(Source data)
<<<<
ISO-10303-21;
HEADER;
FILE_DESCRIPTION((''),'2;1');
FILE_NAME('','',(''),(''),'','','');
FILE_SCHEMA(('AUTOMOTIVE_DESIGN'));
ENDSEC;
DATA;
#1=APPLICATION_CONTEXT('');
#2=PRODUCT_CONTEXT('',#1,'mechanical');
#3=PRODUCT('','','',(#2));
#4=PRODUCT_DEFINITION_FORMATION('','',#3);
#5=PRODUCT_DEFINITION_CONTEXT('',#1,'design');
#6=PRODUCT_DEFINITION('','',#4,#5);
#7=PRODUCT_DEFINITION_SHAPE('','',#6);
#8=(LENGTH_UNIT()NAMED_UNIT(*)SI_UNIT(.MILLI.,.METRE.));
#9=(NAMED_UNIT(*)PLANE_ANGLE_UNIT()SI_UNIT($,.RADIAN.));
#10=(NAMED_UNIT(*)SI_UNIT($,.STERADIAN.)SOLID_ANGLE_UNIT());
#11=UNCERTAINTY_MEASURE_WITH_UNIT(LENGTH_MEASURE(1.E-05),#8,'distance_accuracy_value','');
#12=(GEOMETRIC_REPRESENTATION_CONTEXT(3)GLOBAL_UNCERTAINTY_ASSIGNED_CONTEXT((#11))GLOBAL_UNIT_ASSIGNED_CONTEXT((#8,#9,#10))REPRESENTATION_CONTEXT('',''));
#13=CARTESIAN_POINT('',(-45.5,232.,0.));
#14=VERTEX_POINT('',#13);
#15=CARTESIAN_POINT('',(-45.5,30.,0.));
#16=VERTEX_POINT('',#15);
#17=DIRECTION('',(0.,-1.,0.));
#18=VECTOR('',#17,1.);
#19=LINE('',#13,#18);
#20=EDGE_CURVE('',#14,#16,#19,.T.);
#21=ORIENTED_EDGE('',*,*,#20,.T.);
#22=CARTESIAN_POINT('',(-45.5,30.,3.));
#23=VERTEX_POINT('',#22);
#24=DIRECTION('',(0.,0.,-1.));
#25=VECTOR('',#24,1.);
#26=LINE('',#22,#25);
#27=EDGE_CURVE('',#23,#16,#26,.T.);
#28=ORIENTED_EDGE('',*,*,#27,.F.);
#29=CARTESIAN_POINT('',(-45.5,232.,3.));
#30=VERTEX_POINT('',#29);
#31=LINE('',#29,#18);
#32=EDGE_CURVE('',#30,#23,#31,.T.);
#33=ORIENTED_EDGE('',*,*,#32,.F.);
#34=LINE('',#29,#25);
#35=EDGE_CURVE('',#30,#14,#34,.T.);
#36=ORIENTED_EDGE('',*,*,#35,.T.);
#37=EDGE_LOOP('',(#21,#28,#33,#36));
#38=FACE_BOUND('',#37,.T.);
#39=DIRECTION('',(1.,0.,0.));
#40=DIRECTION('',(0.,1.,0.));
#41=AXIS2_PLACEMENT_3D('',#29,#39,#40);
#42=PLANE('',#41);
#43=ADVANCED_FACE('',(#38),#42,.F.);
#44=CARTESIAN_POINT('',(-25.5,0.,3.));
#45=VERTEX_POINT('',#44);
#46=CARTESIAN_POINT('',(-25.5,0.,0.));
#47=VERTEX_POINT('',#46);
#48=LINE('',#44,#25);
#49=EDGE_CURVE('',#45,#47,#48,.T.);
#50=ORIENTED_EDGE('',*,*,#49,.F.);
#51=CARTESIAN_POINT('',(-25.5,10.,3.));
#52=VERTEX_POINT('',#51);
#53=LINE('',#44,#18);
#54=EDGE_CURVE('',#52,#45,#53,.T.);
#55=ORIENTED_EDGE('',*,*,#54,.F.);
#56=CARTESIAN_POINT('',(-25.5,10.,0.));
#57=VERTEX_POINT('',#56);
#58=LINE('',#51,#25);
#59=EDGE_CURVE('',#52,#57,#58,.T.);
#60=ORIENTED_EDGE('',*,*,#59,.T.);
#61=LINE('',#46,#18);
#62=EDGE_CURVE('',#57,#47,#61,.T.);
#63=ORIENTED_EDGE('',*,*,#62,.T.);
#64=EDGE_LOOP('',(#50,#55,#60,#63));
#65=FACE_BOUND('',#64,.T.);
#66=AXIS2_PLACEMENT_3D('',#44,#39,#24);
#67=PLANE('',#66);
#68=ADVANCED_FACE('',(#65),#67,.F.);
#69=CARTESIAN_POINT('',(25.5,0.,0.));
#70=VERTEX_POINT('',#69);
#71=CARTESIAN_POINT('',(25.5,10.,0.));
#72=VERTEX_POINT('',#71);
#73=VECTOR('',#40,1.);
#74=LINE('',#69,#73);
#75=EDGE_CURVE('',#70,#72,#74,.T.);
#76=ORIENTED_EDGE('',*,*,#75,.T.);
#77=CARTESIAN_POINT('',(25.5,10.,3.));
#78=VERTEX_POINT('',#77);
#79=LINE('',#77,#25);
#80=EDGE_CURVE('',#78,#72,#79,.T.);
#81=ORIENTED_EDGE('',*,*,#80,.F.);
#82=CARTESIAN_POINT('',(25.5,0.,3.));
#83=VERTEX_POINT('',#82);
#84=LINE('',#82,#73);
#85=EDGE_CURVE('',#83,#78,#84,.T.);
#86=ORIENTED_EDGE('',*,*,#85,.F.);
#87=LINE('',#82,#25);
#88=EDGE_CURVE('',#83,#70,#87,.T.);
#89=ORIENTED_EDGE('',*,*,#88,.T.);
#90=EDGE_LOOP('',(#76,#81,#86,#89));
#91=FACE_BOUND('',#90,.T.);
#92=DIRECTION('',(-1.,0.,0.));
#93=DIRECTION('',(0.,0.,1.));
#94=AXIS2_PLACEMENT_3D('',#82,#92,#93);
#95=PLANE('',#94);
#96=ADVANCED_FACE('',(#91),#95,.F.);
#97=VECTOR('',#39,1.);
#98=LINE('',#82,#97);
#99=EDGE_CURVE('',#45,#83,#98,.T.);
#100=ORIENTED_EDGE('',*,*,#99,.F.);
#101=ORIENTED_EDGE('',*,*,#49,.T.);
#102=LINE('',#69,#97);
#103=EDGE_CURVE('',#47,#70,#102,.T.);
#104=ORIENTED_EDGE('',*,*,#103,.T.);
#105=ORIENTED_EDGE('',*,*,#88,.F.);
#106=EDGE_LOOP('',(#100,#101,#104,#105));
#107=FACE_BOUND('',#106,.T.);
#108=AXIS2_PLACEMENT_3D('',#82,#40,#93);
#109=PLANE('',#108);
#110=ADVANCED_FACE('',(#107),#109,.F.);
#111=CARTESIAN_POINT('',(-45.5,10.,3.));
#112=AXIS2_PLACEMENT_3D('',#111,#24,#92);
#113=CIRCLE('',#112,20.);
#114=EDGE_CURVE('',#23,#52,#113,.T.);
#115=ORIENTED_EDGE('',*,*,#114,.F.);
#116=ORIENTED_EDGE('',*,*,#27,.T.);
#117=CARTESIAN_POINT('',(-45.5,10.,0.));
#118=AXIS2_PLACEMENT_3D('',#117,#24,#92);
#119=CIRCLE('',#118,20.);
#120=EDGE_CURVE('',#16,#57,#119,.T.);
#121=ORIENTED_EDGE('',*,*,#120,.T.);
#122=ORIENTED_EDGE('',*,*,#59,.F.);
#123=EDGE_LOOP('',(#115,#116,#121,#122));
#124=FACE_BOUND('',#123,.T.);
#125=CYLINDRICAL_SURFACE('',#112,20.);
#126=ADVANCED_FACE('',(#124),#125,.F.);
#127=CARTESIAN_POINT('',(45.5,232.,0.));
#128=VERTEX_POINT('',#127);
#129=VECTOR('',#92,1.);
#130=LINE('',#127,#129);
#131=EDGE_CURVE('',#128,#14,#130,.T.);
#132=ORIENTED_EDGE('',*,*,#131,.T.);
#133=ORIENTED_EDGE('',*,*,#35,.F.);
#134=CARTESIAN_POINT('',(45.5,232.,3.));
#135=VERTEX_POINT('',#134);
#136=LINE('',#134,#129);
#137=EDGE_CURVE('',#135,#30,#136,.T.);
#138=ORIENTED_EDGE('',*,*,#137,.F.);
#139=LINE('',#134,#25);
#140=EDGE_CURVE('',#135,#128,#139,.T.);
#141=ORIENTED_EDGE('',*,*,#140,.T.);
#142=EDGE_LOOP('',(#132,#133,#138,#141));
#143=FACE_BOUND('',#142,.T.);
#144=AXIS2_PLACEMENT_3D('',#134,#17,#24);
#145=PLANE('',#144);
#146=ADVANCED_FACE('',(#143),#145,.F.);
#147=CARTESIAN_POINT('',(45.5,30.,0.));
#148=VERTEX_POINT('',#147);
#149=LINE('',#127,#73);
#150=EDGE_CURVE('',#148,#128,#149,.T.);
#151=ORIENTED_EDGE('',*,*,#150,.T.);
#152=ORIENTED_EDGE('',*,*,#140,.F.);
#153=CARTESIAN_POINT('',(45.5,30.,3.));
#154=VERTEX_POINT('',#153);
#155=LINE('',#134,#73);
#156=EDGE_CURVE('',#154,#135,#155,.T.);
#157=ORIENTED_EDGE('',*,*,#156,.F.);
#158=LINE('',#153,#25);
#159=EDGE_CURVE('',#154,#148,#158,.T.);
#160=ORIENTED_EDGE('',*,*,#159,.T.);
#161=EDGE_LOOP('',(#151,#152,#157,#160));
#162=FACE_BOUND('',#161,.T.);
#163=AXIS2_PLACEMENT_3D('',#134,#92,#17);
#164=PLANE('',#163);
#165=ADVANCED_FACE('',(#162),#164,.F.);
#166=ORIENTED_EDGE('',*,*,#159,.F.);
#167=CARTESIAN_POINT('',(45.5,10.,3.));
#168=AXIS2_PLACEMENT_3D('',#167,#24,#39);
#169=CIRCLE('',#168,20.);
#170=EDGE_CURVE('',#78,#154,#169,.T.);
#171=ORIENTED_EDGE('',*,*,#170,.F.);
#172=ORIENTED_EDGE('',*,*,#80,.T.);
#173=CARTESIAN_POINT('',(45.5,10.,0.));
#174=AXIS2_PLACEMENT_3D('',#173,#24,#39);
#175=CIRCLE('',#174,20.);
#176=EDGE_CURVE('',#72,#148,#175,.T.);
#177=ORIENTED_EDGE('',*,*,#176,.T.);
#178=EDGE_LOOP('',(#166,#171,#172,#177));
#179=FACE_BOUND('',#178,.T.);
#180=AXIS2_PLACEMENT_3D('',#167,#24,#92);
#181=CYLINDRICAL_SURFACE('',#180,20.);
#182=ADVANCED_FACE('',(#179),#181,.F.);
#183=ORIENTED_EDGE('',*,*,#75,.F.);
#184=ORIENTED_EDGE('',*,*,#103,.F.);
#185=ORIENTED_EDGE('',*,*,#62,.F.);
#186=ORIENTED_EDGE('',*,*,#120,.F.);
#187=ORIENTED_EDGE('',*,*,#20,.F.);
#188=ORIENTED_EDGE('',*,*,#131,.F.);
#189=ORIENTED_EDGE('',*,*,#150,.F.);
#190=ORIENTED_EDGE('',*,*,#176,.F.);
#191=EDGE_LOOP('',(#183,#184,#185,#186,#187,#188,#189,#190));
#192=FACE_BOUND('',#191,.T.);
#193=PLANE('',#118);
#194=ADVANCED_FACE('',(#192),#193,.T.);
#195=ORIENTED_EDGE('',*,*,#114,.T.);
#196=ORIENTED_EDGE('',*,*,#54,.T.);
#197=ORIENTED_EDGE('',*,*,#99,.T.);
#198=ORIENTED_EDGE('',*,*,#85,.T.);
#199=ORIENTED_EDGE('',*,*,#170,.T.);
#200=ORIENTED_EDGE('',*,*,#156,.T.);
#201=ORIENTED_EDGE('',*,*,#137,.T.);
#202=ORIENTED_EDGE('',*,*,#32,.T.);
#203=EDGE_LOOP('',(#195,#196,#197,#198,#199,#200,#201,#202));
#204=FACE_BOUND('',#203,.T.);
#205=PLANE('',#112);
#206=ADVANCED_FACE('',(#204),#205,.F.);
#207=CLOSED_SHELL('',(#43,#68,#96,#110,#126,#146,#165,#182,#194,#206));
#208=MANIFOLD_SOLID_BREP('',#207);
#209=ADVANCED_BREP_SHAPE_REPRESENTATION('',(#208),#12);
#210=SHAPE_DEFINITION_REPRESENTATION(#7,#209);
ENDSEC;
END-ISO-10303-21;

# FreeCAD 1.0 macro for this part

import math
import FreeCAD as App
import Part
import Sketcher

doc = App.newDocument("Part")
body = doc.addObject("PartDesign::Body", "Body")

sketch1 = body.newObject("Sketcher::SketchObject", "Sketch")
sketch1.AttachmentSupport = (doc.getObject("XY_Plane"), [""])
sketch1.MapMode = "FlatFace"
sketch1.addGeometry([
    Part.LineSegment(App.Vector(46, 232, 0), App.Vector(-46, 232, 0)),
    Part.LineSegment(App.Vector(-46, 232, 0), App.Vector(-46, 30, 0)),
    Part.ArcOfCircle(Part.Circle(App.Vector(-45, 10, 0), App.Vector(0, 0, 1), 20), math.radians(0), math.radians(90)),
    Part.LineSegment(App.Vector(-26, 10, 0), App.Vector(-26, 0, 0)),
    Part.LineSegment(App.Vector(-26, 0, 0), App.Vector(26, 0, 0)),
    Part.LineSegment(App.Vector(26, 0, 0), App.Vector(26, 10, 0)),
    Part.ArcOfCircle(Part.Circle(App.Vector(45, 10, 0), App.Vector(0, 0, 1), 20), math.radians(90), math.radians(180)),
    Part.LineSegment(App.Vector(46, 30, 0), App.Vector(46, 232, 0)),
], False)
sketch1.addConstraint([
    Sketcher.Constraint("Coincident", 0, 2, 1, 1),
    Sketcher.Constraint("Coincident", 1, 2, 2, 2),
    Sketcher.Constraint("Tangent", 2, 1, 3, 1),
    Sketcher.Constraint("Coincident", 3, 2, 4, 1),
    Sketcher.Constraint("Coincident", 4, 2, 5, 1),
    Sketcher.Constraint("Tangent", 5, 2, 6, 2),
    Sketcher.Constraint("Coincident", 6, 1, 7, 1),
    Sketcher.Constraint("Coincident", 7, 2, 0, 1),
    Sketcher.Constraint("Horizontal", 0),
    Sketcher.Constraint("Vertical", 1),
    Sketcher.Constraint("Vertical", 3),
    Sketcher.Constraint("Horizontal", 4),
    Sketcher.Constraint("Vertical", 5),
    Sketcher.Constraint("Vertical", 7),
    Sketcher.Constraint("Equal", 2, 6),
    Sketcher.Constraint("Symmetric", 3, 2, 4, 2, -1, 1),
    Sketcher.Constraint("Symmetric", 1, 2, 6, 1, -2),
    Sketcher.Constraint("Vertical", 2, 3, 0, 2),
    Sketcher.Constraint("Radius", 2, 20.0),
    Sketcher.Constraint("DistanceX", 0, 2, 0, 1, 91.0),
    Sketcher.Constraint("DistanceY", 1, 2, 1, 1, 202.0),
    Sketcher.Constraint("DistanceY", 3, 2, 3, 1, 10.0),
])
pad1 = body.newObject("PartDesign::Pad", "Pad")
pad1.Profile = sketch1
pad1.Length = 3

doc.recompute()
>>>>
<<<<
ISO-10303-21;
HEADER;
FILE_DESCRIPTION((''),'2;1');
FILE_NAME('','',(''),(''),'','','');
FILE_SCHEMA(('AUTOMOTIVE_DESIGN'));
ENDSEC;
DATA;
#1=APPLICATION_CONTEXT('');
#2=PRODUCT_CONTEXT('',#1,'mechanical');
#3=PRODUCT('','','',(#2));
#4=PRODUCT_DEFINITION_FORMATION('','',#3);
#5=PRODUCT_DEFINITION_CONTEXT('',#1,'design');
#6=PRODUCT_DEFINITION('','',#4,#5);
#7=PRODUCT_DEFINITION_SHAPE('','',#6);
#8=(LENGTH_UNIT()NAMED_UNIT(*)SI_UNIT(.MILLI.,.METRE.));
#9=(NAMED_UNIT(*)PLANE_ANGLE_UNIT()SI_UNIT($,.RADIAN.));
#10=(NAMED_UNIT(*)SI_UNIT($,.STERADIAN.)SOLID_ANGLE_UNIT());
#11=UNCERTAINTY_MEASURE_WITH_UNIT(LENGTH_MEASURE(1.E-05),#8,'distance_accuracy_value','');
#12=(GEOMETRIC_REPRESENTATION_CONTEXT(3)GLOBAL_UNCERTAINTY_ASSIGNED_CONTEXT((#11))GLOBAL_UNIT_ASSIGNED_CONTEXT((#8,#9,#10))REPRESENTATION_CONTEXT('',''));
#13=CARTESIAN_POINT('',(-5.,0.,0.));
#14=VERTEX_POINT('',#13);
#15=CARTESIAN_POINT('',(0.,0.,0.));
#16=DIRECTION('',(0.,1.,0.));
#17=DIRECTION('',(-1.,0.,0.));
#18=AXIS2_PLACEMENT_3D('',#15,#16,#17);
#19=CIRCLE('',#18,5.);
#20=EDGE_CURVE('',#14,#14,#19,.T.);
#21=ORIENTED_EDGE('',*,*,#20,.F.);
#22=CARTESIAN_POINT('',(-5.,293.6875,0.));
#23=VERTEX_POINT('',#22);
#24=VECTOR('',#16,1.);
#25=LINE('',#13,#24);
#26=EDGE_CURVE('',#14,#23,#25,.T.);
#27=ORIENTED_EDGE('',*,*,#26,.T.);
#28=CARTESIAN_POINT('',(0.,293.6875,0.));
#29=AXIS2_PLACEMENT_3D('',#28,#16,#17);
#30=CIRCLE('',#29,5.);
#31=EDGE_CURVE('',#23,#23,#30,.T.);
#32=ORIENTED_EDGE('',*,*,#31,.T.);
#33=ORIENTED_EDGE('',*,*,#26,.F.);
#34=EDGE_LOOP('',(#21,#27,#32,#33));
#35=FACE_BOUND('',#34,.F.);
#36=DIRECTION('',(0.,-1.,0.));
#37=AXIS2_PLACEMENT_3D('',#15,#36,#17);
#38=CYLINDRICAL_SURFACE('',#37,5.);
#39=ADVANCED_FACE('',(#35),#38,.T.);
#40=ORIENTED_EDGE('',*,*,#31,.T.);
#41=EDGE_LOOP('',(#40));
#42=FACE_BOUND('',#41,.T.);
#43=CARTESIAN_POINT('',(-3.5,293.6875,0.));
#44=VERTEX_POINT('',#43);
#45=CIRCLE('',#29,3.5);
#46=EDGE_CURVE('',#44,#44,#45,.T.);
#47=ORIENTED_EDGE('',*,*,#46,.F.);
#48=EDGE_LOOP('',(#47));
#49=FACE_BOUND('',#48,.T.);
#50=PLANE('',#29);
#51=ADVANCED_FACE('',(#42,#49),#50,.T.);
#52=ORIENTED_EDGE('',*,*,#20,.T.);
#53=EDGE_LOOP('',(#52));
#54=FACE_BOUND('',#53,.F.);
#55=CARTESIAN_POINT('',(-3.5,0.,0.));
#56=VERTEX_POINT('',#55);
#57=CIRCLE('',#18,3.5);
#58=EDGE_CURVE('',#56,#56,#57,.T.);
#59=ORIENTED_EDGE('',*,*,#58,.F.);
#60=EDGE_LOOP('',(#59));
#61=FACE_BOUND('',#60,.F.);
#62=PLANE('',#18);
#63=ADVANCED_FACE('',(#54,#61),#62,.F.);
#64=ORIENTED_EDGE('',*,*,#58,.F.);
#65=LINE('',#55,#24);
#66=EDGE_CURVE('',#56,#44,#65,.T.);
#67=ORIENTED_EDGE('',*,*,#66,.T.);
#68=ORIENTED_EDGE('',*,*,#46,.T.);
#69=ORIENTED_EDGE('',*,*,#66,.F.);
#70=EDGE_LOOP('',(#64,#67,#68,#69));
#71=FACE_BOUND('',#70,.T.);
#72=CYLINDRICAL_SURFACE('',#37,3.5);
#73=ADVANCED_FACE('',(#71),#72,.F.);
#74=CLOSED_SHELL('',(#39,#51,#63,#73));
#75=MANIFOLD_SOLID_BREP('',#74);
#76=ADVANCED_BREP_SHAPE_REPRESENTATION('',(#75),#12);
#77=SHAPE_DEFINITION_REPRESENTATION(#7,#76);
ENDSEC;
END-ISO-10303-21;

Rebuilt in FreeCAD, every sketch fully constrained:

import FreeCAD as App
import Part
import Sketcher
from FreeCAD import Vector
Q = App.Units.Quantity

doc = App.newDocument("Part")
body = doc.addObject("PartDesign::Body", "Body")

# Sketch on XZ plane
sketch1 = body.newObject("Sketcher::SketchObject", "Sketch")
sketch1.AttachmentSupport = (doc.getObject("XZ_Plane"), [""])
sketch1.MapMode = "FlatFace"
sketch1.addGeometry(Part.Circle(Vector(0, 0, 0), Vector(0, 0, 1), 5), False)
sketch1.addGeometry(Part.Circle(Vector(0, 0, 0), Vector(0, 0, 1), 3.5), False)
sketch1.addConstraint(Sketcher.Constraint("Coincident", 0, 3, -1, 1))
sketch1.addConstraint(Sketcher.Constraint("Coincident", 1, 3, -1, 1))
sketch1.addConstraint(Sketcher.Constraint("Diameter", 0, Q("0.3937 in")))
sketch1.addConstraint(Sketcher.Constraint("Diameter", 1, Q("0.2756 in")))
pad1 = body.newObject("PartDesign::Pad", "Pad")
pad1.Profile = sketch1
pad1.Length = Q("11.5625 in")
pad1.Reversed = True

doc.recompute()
>>>>
In the data above, retype exactly and only the lines between the one holding "#201=ORIENTED_EDGE('',*,*,#137,.T.);" and the one holding "# FreeCAD 1.0 macro for this part", inclusive.

#201=ORIENTED_EDGE('',*,*,#137,.T.);
#202=ORIENTED_EDGE('',*,*,#32,.T.);
#203=EDGE_LOOP('',(#195,#196,#197,#198,#199,#200,#201,#202));
#204=FACE_BOUND('',#203,.T.);
#205=PLANE('',#112);
#206=ADVANCED_FACE('',(#204),#205,.F.);
#207=CLOSED_SHELL('',(#43,#68,#96,#110,#126,#146,#165,#182,#194,#206));
#208=MANIFOLD_SOLID_BREP('',#207);
#209=ADVANCED_BREP_SHAPE_REPRESENTATION('',(#208),#12);
#210=SHAPE_DEFINITION_REPRESENTATION(#7,#209);
ENDSEC;
END-ISO-10303-21;

# FreeCAD 1.0 macro for this part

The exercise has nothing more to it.